# Time-warp base lodges



## St. Jerry (Sep 21, 2014)

Base lodges that take you back to the 70s or earlier as they probably have not seen a new coat of paint since then:

What comes to mind:

MRG (of course)

Gore (circa 1965)

Powder Mountain, UT (probably dunzo in a year or two with the new owners)

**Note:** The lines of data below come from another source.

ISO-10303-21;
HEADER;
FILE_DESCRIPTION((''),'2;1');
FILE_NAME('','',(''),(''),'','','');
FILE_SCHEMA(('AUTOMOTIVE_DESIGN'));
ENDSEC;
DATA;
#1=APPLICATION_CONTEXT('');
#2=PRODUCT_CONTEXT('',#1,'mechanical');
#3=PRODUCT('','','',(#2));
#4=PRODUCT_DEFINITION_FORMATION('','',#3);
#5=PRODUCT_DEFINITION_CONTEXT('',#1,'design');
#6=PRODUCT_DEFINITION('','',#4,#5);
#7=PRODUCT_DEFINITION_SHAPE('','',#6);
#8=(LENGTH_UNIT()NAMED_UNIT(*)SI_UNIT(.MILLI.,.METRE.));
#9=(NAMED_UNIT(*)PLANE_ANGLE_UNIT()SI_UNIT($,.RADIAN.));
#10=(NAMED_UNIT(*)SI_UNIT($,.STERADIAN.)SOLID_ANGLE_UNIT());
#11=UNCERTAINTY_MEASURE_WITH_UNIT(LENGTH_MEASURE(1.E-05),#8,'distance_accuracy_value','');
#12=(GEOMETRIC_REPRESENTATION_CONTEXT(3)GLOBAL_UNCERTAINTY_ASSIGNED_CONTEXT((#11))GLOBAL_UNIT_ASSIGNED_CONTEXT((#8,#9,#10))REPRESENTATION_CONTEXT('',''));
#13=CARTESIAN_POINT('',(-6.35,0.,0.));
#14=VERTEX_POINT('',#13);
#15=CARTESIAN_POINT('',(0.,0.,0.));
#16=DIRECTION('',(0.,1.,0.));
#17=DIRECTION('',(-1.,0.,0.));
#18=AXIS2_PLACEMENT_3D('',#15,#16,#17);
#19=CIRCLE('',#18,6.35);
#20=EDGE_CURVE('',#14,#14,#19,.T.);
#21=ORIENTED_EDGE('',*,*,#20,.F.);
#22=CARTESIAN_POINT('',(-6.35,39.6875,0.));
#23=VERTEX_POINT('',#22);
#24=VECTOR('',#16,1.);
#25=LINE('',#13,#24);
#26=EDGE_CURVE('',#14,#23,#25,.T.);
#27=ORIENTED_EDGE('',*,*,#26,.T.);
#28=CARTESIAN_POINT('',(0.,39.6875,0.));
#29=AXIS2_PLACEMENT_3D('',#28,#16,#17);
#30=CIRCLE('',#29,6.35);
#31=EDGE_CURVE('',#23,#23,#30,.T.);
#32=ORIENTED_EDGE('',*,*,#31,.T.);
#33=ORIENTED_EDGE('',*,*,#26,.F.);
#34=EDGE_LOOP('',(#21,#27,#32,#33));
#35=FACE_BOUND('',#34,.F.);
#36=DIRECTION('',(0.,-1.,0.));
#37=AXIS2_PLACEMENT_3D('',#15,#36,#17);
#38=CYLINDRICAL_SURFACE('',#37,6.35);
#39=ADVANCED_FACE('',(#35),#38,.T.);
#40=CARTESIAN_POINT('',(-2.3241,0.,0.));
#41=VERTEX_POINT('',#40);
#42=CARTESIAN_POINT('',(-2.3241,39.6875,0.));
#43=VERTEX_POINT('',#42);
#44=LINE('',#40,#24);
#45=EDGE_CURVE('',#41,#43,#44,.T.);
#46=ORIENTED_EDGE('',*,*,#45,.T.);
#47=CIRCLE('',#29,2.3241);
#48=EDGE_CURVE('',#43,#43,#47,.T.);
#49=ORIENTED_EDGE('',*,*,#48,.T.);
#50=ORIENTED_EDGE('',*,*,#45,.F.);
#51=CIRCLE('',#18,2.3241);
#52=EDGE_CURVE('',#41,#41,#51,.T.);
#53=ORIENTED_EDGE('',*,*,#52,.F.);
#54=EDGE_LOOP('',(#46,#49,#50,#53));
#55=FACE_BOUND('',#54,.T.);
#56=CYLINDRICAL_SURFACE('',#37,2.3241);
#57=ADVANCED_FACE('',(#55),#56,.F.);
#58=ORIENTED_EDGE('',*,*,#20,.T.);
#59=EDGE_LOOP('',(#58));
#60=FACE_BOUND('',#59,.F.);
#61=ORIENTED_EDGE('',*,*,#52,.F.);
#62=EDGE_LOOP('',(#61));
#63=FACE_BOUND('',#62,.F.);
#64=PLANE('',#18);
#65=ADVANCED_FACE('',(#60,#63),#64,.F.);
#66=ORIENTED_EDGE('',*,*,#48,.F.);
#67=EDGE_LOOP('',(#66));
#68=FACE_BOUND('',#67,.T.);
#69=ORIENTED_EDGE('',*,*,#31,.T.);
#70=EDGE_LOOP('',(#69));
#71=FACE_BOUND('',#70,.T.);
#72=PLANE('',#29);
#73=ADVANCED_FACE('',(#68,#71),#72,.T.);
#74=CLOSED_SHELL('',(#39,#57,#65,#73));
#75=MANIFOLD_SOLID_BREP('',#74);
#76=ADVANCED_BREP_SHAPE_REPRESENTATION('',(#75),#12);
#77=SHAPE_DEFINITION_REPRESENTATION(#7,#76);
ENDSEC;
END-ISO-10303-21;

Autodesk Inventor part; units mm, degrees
ref_plane "YZ Plane" through (0, 0, 0) normal (1, 0, 0) x (0, 1, 0)
ref_plane "XZ Plane" through (0, 0, 0) normal (0, 1, 0) x (-1, 0, 0)
ref_plane "XY Plane" through (0, 0, 0) normal (0, 0, 1) x (1, 0, 0)
sketch "Sketch1" plane through (0, 0, 0) normal (0, 1, 0) x (-1, 0, 0)
  circle A0 centre (0, 0) radius 6.35
  circle A1 centre (0, 0) radius 2.3241
  dimension "d0" = 12.7
  dimension "d1" = 4.6482
extrude "Extrusion1" add sketch "Sketch1" along normal blind 39.6875
properties part number "Hang spacer"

Pico (love the giant fireplace)

Spruce at Stowe (not!)


----------



## Savemeasammy (Sep 21, 2014)

Smuggs - Sterling/Madonna 


Sent from my iPhone using Tapatalk


----------



## Smellytele (Sep 21, 2014)

Magic 
Parts of Wildcat lodge


----------



## HowieT2 (Sep 21, 2014)

Mt Ellen.


----------



## Warp Daddy (Sep 21, 2014)

Snow RIdge 
The Mighty Dry Hill
Hickory
Labrador
Song Mtn
Toggenburg
Camp Fortune in the Gatineau
Edelweiss in the Gatineau
Mont Blanc near Tremblant 
Macauley Mtn 
Woods Valley


----------



## legalskier (Sep 21, 2014)

Discovery, Belleayre


----------



## Cornhead (Sep 21, 2014)

Snow Ridge

Plattekill is another.

Sent from my DROID X2 using Tapatalk 2


----------



## deadheadskier (Sep 21, 2014)

Suicide Six


----------



## Smellytele (Sep 21, 2014)

A-basin


----------



## St. Bear (Sep 21, 2014)

Elk
Black (NH)

Loveland


----------



## steamboat1 (Sep 21, 2014)

K-1
Snowshed
Ramshead


----------



## steamboat1 (Sep 21, 2014)

Mansfield


----------



## steamboat1 (Sep 21, 2014)

Bromley

Stratton


----------



## steamboat1 (Sep 21, 2014)

Middlebury College Snowbowl (although they did expand the lodge several years ago). It still has the same look & feel.


----------



## machski (Sep 21, 2014)

Barker Pub at Sunday River.  They did renovate a bit last year if I remember but did a good job making feel like it hadn't changed.  Parts of the Sugarloaf base lodge too.  Governor Adams at Loon and Camp3 lodge.


----------



## thetrailboss (Sep 21, 2014)

MidBurke Lodge. Better get there soon....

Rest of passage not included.